GM mustard: SC concerned over risks involved, to resume hearing next week
The apex court voiced the concern about risk factors while hearing separate pleas from activist Aruna Rodrigues and the NGO Gene Campaign seeking a moratorium on the release of any GMOs into the environment pending a comprehensive, transparent and rigorous bio-safety protocol in the public domain conducted by agencies of independent expert bodies the results of which are made public.
The Supreme Court is more concerned about the risk factors than anything else when it comes to the conditional approval granted by the Centre for the environmental release of genetically modified (GM) mustard.
The apex court voiced this concern on Tuesday while hearing separate pleas from activist Aruna Rodrigues and the non-governmental organization (NGO) Gene Campaign seeking a moratorium on the release of any genetically modified organisms (GMOs) into the environment pending a comprehensive, transparent and rigorous bio-safety protocol in the public domain conducted by agencies of independent expert bodies the results of which are made public.
On October 25 last year, the Genetic Engineering Appraisal Committee (GEAC) under the Union environment ministry had approved the environmental release of transgenic mustard hybrid DMH-11 and the parental lines containing barnase, barstar and bar genes so they could be used for developing new hybrids.

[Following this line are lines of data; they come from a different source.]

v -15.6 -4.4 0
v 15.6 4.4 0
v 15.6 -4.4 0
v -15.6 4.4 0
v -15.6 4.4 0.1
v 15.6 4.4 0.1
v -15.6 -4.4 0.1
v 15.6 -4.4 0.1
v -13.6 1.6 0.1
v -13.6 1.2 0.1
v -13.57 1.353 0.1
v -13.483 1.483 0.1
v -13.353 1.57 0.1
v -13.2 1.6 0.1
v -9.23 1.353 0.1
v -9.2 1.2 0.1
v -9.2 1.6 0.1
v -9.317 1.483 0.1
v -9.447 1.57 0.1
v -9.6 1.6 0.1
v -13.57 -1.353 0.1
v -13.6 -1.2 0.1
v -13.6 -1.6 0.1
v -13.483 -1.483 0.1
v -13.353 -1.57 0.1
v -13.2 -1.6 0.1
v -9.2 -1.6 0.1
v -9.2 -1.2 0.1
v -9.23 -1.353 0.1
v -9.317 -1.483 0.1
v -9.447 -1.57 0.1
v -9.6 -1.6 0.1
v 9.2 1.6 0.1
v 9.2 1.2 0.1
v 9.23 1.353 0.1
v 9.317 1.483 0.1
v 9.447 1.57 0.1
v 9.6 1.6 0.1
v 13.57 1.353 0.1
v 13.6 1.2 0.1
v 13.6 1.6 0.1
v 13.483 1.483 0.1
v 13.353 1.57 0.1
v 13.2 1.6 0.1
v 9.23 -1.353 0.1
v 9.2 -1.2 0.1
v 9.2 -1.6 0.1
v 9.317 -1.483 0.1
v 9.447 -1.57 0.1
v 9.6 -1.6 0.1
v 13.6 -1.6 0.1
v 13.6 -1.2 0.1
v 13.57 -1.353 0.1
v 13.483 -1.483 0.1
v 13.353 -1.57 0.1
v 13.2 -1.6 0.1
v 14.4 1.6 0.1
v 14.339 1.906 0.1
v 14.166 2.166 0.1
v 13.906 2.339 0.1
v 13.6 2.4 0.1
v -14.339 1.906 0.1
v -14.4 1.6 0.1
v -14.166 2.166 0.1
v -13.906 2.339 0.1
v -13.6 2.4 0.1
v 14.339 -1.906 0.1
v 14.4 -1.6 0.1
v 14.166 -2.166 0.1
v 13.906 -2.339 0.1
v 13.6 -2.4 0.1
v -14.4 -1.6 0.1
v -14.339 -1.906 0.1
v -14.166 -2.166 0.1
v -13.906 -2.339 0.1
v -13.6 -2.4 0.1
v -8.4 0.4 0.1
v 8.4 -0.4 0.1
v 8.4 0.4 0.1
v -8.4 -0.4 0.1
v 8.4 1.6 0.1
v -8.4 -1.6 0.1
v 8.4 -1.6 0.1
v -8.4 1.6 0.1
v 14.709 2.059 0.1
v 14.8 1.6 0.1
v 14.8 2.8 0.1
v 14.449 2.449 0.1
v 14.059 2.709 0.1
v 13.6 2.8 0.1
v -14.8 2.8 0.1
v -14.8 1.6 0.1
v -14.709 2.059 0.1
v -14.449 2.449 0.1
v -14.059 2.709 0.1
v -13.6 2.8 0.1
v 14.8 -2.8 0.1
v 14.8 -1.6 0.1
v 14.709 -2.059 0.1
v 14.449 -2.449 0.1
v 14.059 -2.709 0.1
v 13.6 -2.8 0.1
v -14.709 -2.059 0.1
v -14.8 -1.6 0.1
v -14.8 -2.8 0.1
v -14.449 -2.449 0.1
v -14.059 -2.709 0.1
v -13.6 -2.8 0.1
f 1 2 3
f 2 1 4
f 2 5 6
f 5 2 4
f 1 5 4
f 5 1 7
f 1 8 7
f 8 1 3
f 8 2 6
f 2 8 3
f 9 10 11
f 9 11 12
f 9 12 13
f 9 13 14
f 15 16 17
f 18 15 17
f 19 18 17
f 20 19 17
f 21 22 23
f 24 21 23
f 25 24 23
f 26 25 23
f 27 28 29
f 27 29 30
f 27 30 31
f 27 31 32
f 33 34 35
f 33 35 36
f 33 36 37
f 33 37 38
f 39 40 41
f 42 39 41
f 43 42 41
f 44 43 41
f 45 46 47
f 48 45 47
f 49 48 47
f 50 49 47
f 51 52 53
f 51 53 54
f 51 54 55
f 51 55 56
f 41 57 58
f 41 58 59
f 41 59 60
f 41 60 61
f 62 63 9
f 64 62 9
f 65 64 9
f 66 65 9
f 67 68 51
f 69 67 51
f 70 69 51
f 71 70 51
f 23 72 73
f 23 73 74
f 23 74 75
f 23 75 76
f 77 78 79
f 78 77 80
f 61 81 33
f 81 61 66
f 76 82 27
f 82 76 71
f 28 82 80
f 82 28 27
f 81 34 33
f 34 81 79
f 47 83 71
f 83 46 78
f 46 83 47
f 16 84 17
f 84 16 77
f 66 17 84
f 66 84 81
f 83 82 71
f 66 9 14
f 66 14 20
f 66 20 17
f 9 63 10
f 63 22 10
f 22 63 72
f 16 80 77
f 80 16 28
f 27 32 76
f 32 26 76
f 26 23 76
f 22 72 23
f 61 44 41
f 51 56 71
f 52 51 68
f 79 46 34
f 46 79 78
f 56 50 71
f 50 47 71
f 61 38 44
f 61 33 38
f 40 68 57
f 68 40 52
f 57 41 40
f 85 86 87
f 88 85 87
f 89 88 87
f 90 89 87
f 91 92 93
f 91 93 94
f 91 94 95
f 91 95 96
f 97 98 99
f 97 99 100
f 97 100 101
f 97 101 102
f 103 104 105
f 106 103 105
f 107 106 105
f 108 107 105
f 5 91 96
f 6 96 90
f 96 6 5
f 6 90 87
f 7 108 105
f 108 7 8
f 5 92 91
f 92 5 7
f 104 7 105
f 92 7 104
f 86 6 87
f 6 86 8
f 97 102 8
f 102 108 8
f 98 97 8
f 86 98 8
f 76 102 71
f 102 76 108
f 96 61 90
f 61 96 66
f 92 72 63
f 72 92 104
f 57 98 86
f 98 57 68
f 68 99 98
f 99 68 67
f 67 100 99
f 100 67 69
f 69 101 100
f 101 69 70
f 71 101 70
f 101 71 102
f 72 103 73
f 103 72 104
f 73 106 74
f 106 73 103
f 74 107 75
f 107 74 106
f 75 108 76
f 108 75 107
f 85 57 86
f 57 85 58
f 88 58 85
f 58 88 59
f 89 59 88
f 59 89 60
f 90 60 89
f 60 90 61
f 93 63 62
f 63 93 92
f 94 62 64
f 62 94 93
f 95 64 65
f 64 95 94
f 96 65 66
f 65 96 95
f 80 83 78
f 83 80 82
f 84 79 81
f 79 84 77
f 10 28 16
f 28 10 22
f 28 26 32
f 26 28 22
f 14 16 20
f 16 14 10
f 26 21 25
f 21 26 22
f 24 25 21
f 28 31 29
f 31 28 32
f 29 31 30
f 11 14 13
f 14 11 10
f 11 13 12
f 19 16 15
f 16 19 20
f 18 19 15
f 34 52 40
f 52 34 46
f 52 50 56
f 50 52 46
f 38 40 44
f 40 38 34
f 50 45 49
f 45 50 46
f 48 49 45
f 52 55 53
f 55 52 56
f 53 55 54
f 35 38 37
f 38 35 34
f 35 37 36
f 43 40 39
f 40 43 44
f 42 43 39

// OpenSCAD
// file: ../p/1-4ring2.scad
use <../lib.scad>
function ldraw_lib__1_4ring2() = [
// 0 Ring  2 x 0.25
// 0 Name: 1-4ring2.dat
// 0 Author: Franklin W. Cain [fwcain]
// 0 !LDRAW_ORG Primitive UPDATE 2015-01
// 0 !LICENSE Licensed under CC BY 2.0 and CC BY 4.0 : see CAreadme.txt
// 
// 0 BFC CERTIFY CCW
  [0,"BFC","CERTIFY"],
  [0,"BFC","CCW"],
// 
// 0 !HISTORY 2001-12-31 [PTadmin] Official Update 2001-03
// 0 !HISTORY 2007-06-22 [PTadmin] Header formatted for Contributor Agreement
// 0 !HISTORY 2008-07-01 [PTadmin] Official Update 2008-01
// 0 !HISTORY 2012-02-16 [Philo] Changed to CCW
// 0 !HISTORY 2012-03-30 [PTadmin] Official Update 2012-01
// 0 !HISTORY 2014-12-25 [MMR1988] Fixed a rounding issue
// 0 !HISTORY 2015-10-11 [PTadmin] Official Update 2015-01
// 
// 
// 4 16 3 0 0 2.7717 0 1.1481 1.8478 0 0.7654 2 0 0
  [4,16,3,0,0,2.7717,0,1.1481,1.8478,0,0.7654,2,0,0],
// 4 16 2.7717 0 1.1481 2.1213 0 2.1213 1.4142 0 1.4142 1.8478 0 0.7654
  [4,16,2.7717,0,1.1481,2.1213,0,2.1213,1.4142,0,1.4142,1.8478,0,0.7654],
// 4 16 2.1213 0 2.1213 1.1481 0 2.7717 0.7654 0 1.8478 1.4142 0 1.4142
  [4,16,2.1213,0,2.1213,1.1481,0,2.7717,0.7654,0,1.8478,1.4142,0,1.4142],
// 4 16 1.1481 0 2.7717 0 0 3 0 0 2 0.7654 0 1.8478
  [4,16,1.1481,0,2.7717,0,0,3,0,0,2,0.7654,0,1.8478],
// 0 // Build by Primitive Generator 2
];
makepoly(ldraw_lib__1_4ring2(), line=0.2);
// file: ../p/1-4chrd.scad
use <../lib.scad>
function ldraw_lib__1_4chrd() = [
// 0 Chord 0.25
// 0 Name: 1-4chrd.dat
// 0 Author: Tony Hafner [hafhead]
// 0 !LDRAW_ORG Primitive UPDATE 2012-02
// 0 !LICENSE Licensed under CC BY 2.0 and CC BY 4.0 : see CAreadme.txt
// 
// 0 BFC CERTIFY CCW
  [0,"BFC","CERTIFY"],
  [0,"BFC","CCW"],
// 
// 0 !HISTORY 2004-04-22 [PTadmin] Official Update 2004-02
// 0 !HISTORY 2007-10-09 [PTadmin] Header formatted for Contributor Agreement
// 0 !HISTORY 2008-07-01 [PTadmin] Official Update 2008-01
// 0 !HISTORY 2012-08-02 [MMR1988] Re-creation with PrimGen2 and Rectifier
// 0 !HISTORY 2012-08-09 [PTadmin] Official Update 2012-02
// 
// 
// 4 16 0.9239 0 0.3827 0.3827 0 0.9239 0 0 1 1 0 0
  [4,16,0.9239,0,0.3827,0.3827,0,0.9239,0,0,1,1,0,0],
// 3 16 0.7071 0 0.7071 0.3827 0 0.9239 0.9239 0 0.3827
  [3,16,0.7071,0,0.7071,0.3827,0,0.9239,0.9239,0,0.3827],
];
makepoly(ldraw_lib__1_4chrd(), line=0.2);
// file: ../p/1-4ndis.scad
use <../lib.scad>
function ldraw_lib__1_4ndis() = [
// 0 Disc Negative 0.25
// 0 Name: 1-4ndis.dat
// 0 Author: James Jessiman
// 0 !LDRAW_ORG Primitive UPDATE 2012-01
// 0 !LICENSE Licensed under CC BY 2.0 and CC BY 4.0 : see CAreadme.txt
// 
// 0 BFC CERTIFY CCW
  [0,"BFC","CERTIFY"],
  [0,"BFC","CCW"],
// 
// 0 !HISTORY 2002-03-23 [sbliss] Added BFC Statement
// 0 !HISTORY 2002-04-25 [PTadmin] Official Update 2002-02
// 0 !HISTORY 2007-06-22 [PTadmin] Header formatted for Contributor Agreement
// 0 !HISTORY 2008-07-01 [PTadmin] Official Update 2008-01
// 0 !HISTORY 2012-02-16 [Philo] Changed to CCW
// 0 !HISTORY 2012-03-30 [PTadmin] Official Update 2012-01
// 
// 
// 3 16 0.9239 0 0.3827 1 0 0 1 0 1
  [3,16,0.9239,0,0.3827,1,0,0,1,0,1],
// 3 16 0.7071 0 0.7071 0.9239 0 0.3827 1 0 1
  [3,16,0.7071,0,0.7071,0.9239,0,0.3827,1,0,1],
// 3 16 0.3827 0 0.9239 0.7071 0 0.7071 1 0 1
  [3,16,0.3827,0,0.9239,0.7071,0,0.7071,1,0,1],
// 3 16 0 0 1 0.3827 0 0.9239 1 0 1
  [3,16,0,0,1,0.3827,0,0.9239,1,0,1],
];
makepoly(ldraw_lib__1_4ndis(), line=0.2);
// file: ../p/1-4disc.scad
use <../lib.scad>
function ldraw_lib__1_4disc() = [
// 0 Disc 0.25
// 0 Name: 1-4disc.dat
// 0 Author: James Jessiman
// 0 !LDRAW_ORG Primitive UPDATE 2002-02
// 0 !LICENSE Licensed under CC BY 2.0 and CC BY 4.0 : see CAreadme.txt
// 
// 0 BFC CERTIFY CCW
  [0,"BFC","CERTIFY"],
  [0,"BFC","CCW"],
// 
// 0 !HISTORY 2002-03-23 [sbliss] Added BFC statement.
// 0 !HISTORY 2002-04-25 [PTadmin] Official Update 2002-02
// 0 !HISTORY 2007-06-22 [PTadmin] Header formatted for Contributor Agreement
// 0 !HISTORY 2008-07-01 [PTadmin] Official Update 2008-01
// 
// 
// 3 16 0 0 0 1 0 0 0.9239 0 0.3827
  [3,16,0,0,0,1,0,0,0.9239,0,0.3827],
// 3 16 0 0 0 0.9239 0 0.3827 0.7071 0 0.7071
  [3,16,0,0,0,0.9239,0,0.3827,0.7071,0,0.7071],
// 3 16 0 0 0 0.7071 0 0.7071 0.3827 0 0.9239
  [3,16,0,0,0,0.7071,0,0.7071,0.3827,0,0.9239],
// 3 16 0 0 0 0.3827 0 0.9239 0 0 1
  [3,16,0,0,0,0.3827,0,0.9239,0,0,1],
// 0
];
makepoly(ldraw_lib__1_4disc(), line=0.2);
// file: s/3010a20.scad
use <../../lib.scad>
use <../../p/1-4chrd.scad>
use <../../p/1-4ring2.scad>
function ldraw_lib__s__3010a20() = [
// 0 ~Pattern Car Grille for Brick 1 x 4 - Colour
// 0 Name: s\3010a20.dat
// 0 Author: Chris Dee [cwdee]
// 0 !LDRAW_ORG Subpart UPDATE 2013-02
// 0 !LICENSE Licensed under CC BY 2.0 and CC BY 4.0 : see CAreadme.txt
// 
// 0 BFC CERTIFY CCW
  [0,"BFC","CERTIFY"],
  [0,"BFC","CCW"],
// 
// 0 !HISTORY 2002-02-18 [PTadmin] Official Update 2002-01
// 0 !HISTORY 2007-08-29 [PTadmin] Header formatted for Contributor Agreement
// 0 !HISTORY 2008-07-01 [PTadmin] Official Update 2008-01
// 0 !HISTORY 2008-07-07 [DeannaEarley] BFC'd (2005-11-06)
// 0 !HISTORY 2010-07-05 [PTadmin] Official Update 2010-02
// 0 !HISTORY 2013-03-29 [MagFors] Removed emphasis lines, t-junctions
// 0 !HISTORY 2013-04-04 [MMR1988] Saved 4 lines by using chrd instead of disc prims
// 0 !HISTORY 2013-12-23 [PTadmin] Official Update 2013-02
// 
// 
// 0 // Outer line
// 4 16 -34 6 -10 34 6 -10 34 5 -10 -34 5 -10
  [4,16,-34,6,-10,34,6,-10,34,5,-10,-34,5,-10],
// 4 16 -34 19 -10 34 19 -10 34 18 -10 -34 18 -10
  [4,16,-34,19,-10,34,19,-10,34,18,-10,-34,18,-10],
// 4 16 -37 16 -10 -36 16 -10 -36 8 -10 -37 8 -10
  [4,16,-37,16,-10,-36,16,-10,-36,8,-10,-37,8,-10],
// 4 16 37 8 -10 36 8 -10 36 16 -10 37 16 -10
  [4,16,37,8,-10,36,8,-10,36,16,-10,37,16,-10],
// 0 // Outer line corners
// 1 16 34 8 -10 1 0 0 0 0 -1 0 1 0 1-4ring2.dat
  [1,16,34,8,-10,1,0,0,0,0,-1,0,1,0, ldraw_lib__1_4ring2()],
// 1 16 -34 8 -10 -1 0 0 0 0 -1 0 1 0 1-4ring2.dat
  [1,16,-34,8,-10,-1,0,0,0,0,-1,0,1,0, ldraw_lib__1_4ring2()],
// 1 16 34 16 -10 1 0 0 0 0 1 0 1 0 1-4ring2.dat
  [1,16,34,16,-10,1,0,0,0,0,1,0,1,0, ldraw_lib__1_4ring2()],
// 1 16 -34 16 -10 -1 0 0 0 0 1 0 1 0 1-4ring2.dat
  [1,16,-34,16,-10,-1,0,0,0,0,1,0,1,0, ldraw_lib__1_4ring2()],
// 0 // Center grille
// 4 16 -21 11 -10 21 11 -10 21 8 -10 -21 8 -10
  [4,16,-21,11,-10,21,11,-10,21,8,-10,-21,8,-10],
// 4 16 -21 16 -10 21 16 -10 21 13 -10 -21 13 -10
  [4,16,-21,16,-10,21,16,-10,21,13,-10,-21,13,-10],
// 0 // Left light
// 4 16 -34 15 -10 -23 15 -10 -23 9 -10 -34 9 -10
  [4,16,-34,15,-10,-23,15,-10,-23,9,-10,-34,9,-10],
// 4 16 -34 9 -10 -23 9 -10 -24 8 -10 -33 8 -10
  [4,16,-34,9,-10,-23,9,-10,-24,8,-10,-33,8,-10],
// 4 16 -33 16 -10 -24 16 -10 -23 15 -10 -34 15 -10
  [4,16,-33,16,-10,-24,16,-10,-23,15,-10,-34,15,-10],
// 1 16 -33 9 -10 -1 0 0 0 0 -1 0 1 0 1-4chrd.dat
  [1,16,-33,9,-10,-1,0,0,0,0,-1,0,1,0, ldraw_lib__1_4chrd()],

As the matter came up before a bench of Justices Dinesh Maheshwari and BV Nagarathna, Attorney General R Venkataramani, appearing for the Centre, referred to the timeline of conditional approval for environmental release of transgenic mustard hybrid DMH-11 and said all relevant aspects were deliberated upon and considered.
"In fact, it is the risk factors which concern us more," the bench observed during the hearing, which will continue next week.
In its additional affidavit filed in the top court in November last year, the Centre had said this conditional approval had been made after a "long and exhaustive regulatory review process" which had commenced in 2010.
The affidavit said the Centre had taken the decision on environmental release after "in-depth" consideration of all aspects of bio-safety and health hazards.
During the arguments in the matter last month, the apex court had asked the Centre whether there was any compelling reason for the environmental release of GM mustard failing which the country will be doomed.
The Centre had told the top court that the opposition by activists, experts and scientists to GM crops is "ideological" rather than based on scientific rationale.
It had said the government had followed all regulatory processes as per the framework recommended by the Technical Expert Committee (TEC) appointed by the court.
Advocate Prashant Bhushan, appearing for Rodrigues, had submitted that the seeds of GM mustard had started germinating after their environmental release and, before the plants started flowering in a few weeks, they must be uprooted to prevent the environment from getting irreversibly contaminated.
At a meeting on October 18 last year, the GEAC, the country's regulator for GMOs, recommended the environmental release of mustard hybrid DMH-11 for seed production and testing "as per the existing ICAR guidelines and other extant rules/regulations before commercial release".
The transgenic mustard hybrid DMH-11 has been developed by the Centre for Genetic Manipulation of Crop Plants (CGMCP) at Delhi University.
The government has so far approved only one GM crop — Bt cotton — for commercial cultivation in 2002.
Gene Campaign is a grassroots-level NGO in India founded by Suman Sahai and a group of people concerned about food and livelihood security. It works in the field of bioresources, farmers' and community rights, intellectual property rights (IPRs) and indigenous knowledge, biopiracy, regulations of GMOs, and the impact of climate change on agriculture and food. The group has been an outspoken critic of the government's policies on genetically engineered organisms.